L'abbé, homme aux préjugés montagnards, répugne à manger ces bêtes vivantes. Moi-même, amateur novice, je fais tomber l'algue et l'eau de mer sur mon assiette, me contentant du jaune que je cueille avec mon couteau. M. Honnorat et patron Ruf nous raillent. Ils n'y mettent pas, eux, tant de façons. Ils gobent le tout: eau, algues, étoile! ils raclent la coque avec des mouillettes; et radieux, la barbe ruisselante, M. Honnorat s'écrie:
—«On dirait qu'on mâche la mer!
—Encore, interrompt patron Ruf, n'est-ce pas ainsi, entre des murs, que l'oursin se mange; mais sur le rivage, dans la barque, en écoutant battre le flot. A six heures du matin, quand le soleil chasse la brume, pourvu que j'aie un bon pain tendre, une bouteille de clairet, je viens à bout de mes six douzaines, et Rothschild n'est pas mon cousin!»

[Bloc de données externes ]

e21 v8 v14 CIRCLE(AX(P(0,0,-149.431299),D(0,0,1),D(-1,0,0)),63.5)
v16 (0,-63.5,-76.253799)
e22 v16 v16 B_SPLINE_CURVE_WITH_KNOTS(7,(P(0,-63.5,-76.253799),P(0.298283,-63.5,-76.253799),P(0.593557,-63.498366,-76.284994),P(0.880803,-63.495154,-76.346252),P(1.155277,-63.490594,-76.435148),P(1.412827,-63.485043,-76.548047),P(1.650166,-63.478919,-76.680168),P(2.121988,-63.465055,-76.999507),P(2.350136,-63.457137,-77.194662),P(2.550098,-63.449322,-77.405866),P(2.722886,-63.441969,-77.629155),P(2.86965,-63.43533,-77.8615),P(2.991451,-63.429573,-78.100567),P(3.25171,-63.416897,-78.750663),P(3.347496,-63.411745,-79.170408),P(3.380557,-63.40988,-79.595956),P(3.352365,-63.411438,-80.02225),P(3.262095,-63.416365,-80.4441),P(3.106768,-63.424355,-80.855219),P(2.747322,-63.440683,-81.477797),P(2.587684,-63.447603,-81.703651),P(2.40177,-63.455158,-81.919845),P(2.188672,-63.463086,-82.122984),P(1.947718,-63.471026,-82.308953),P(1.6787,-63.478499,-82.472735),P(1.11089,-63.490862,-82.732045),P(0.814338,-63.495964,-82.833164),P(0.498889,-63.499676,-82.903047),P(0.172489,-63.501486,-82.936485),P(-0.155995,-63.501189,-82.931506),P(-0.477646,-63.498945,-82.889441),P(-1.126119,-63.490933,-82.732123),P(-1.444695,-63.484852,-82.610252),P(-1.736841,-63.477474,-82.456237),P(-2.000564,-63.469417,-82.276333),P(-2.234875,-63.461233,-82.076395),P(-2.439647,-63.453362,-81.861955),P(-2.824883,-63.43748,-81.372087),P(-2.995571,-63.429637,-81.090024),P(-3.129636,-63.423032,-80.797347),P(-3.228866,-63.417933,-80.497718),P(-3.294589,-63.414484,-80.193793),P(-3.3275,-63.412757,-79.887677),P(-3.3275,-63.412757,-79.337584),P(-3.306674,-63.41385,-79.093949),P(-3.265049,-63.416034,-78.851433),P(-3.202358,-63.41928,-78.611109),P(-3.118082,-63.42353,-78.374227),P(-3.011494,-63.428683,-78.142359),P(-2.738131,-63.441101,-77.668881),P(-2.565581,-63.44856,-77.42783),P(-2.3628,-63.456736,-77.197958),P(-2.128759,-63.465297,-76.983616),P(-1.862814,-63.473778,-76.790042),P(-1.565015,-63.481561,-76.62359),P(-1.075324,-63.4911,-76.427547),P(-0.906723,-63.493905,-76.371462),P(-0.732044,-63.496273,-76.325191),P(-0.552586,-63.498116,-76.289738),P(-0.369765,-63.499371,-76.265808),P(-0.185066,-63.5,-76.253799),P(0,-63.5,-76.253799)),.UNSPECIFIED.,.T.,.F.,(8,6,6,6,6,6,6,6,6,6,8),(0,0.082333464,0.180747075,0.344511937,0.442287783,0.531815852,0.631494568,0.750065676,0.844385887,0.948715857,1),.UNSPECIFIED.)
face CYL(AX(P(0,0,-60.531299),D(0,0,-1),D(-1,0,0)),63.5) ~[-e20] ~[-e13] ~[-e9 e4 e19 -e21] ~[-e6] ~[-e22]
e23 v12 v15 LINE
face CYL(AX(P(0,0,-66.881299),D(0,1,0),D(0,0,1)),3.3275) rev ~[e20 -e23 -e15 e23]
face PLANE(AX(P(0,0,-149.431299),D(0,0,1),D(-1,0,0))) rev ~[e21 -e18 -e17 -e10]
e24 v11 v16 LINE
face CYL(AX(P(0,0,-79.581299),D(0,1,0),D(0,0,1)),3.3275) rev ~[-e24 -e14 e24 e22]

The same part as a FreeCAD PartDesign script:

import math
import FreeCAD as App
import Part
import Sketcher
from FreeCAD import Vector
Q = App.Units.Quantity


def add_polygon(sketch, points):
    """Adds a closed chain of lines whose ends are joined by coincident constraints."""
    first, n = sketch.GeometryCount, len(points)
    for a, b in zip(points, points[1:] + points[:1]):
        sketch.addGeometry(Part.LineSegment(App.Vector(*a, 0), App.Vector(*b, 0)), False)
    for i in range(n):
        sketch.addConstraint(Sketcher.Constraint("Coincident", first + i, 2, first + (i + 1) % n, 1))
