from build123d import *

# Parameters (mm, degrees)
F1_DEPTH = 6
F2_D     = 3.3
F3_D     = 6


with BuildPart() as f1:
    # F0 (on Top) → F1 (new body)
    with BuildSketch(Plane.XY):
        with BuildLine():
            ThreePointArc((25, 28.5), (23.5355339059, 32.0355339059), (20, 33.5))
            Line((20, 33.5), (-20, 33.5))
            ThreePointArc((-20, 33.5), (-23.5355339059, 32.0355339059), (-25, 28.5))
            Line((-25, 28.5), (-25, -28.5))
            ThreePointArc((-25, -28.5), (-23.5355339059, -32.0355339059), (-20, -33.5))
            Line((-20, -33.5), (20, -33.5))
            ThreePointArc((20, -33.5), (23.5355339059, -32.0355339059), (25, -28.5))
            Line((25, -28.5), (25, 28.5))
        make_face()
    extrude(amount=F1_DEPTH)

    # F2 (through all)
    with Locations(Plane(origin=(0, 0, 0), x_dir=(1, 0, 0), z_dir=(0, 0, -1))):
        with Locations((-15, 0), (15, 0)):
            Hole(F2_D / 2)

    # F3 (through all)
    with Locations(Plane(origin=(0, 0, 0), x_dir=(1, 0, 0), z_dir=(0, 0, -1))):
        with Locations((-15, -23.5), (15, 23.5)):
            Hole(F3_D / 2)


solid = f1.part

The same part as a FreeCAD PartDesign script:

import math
import FreeCAD as App
import Part
import Sketcher
from FreeCAD import Vector
Q = App.Units.Quantity

doc = App.newDocument("Part")
body = doc.addObject("PartDesign::Body", "Body")

sketch1 = body.newObject("Sketcher::SketchObject", "Sketch")
sketch1.AttachmentSupport = (doc.getObject("XY_Plane"), [""])
sketch1.MapMode = "FlatFace"
sketch1.addGeometry([
    Part.ArcOfCircle(Part.Circle(Vector(20, 28.5, 0), Vector(0, 0, 1), 5), math.radians(0), math.radians(90)),
    Part.LineSegment(Vector(20, 33.5, 0), Vector(-20, 33.5, 0)),
    Part.ArcOfCircle(Part.Circle(Vector(-20, 28.5, 0), Vector(0, 0, 1), 5), math.radians(90), math.radians(180)),
    Part.LineSegment(Vector(-25, 28.5, 0), Vector(-25, -28.5, 0)),
    Part.ArcOfCircle(Part.Circle(Vector(-20, -28.5, 0), Vector(0, 0, 1), 5), math.radians(180), math.radians(270)),
    Part.LineSegment(Vector(-20, -33.5, 0), Vector(20, -33.5, 0)),
    Part.ArcOfCircle(Part.Circle(Vector(20, -28.5, 0), Vector(0, 0, 1), 5), math.radians(-90), math.radians(0)),
    Part.LineSegment(Vector(25, -28.5, 0), Vector(25, 28.5, 0)),
], False)
sketch1.addConstraint([
    Sketcher.Constraint("Tangent", 0, 2, 1, 1),
    Sketcher.Constraint("Tangent", 1, 2, 2, 1),
    Sketcher.Constraint("Tangent", 2, 2, 3, 1),
    Sketcher.Constraint("Tangent", 3, 2, 4, 1),
    Sketcher.Constraint("Tangent", 4, 2, 5, 1),
    Sketcher.Constraint("Tangent", 5, 2, 6, 1),
    Sketcher.Constraint("Tangent", 6, 2, 7, 1),
    Sketcher.Constraint("Tangent", 7, 2, 0, 1),
    Sketcher.Constraint("Horizontal", 1),
    Sketcher.Constraint("Vertical", 3),
    Sketcher.Constraint("Horizontal", 5),
    Sketcher.Constraint("Vertical", 7),
    Sketcher.Constraint("Equal", 0, 2),
    Sketcher.Constraint("Equal", 2, 4),
    Sketcher.Constraint("Equal", 4, 6),
    Sketcher.Constraint("Symmetric", 0, 3, 4, 3, -1, 1),
    Sketcher.Constraint("Radius", 0, Q("5 mm")),
    Sketcher.Constraint("DistanceX", 1, 2, 1, 1, Q("40 mm")),
    Sketcher.Constraint("DistanceY", 3, 2, 3, 1, Q("57 mm")),
])
pad1 = body.newObject("PartDesign::Pad", "Pad")
pad1.Profile = sketch1
pad1.Length = 6

sketch2 = body.newObject("Sketcher::SketchObject", "Sketch001")
sketch2.AttachmentSupport = (doc.getObject("XY_Plane"), [""])
sketch2.MapMode = "FlatFace"
sketch2.addGeometry([
    Part.Circle(Vector(-15, 0, 0), Vector(0, 0, 1), 1.65),
    Part.Circle(Vector(15, 0, 0), Vector(0, 0, 1), 1.65),
], False)
sketch2.addConstraint([
    Sketcher.Constraint("Equal", 0, 1),
    Sketcher.Constraint("Symmetric", 0, 3, 1, 3, -1, 1),
    Sketcher.Constraint("PointOnObject", 0, 3, -1),
    Sketcher.Constraint("Diameter", 0, Q("3.3 mm")),
    Sketcher.Constraint("DistanceX", 0, 3, -1, 1, Q("15 mm")),
])
doc.recompute()
hole = body.newObject("PartDesign::Hole", "Hole")
hole.Profile = sketch2
hole.ThreadType = "None"
hole.Diameter = 3.3
hole.DepthType = "ThroughAll"
hole.Reversed = True

sketch3 = body.newObject("Sketcher::SketchObject", "Sketch002")
sketch3.AttachmentSupport = (doc.getObject("XY_Plane"), [""])
sketch3.MapMode = "FlatFace"
sketch3.addGeometry([
    Part.Circle(Vector(-15, 23.5, 0), Vector(0, 0, 1), 3),
    Part.Circle(Vector(15, -23.5, 0), Vector(0, 0, 1), 3),
], False)
sketch3.addConstraint([
    Sketcher.Constraint("Equal", 0, 1),
    Sketcher.Constraint("Symmetric", 0, 3, 1, 3, -1, 1),
    Sketcher.Constraint("Diameter", 0, Q("6 mm")),
    Sketcher.Constraint("DistanceX", 0, 3, -1, 1, Q("15 mm")),
    Sketcher.Constraint("DistanceY", 1, 3, 0, 3, Q("47 mm")),
])
doc.recompute()
hole2 = body.newObject("PartDesign::Hole", "Hole001")
hole2.Profile = sketch3
hole2.ThreadType = "None"
hole2.Diameter = 6
hole2.DepthType = "ThroughAll"
hole2.Reversed = True

doc.recompute()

Mlle Norette a mis le bouquet sur la table, bien en face d'elle; baissant les yeux, le rose aux joues, toutes les fois que je la regarde ou que je regarde le bouquet.
Elle est d'ailleurs très gaie aujourd'hui, Mlle Norette.
Comme on parle de la mer, elle nous raconte l'impression que lui fit la Méditerranée la première fois qu'elle la vit.
Saladine ramenait Norette de nourrice.
—«Vous vous rappelez, Saladine?»
Mais Saladine ne répond pas. N'importe! Norette continue:
—«Alors, quand nous arrivâmes au mas de la Viste d'où tout l'horizon se découvre, je demandai, petite sauvagesse qui n'a jamais vu que des montagnes: «Qu'est-ce que c'est que ce grand pré bleu?» Saladine me dit: «C'est la mer.»—Et les moutons blancs qui sont dessus?—Ce sont des barques et leurs voiles.»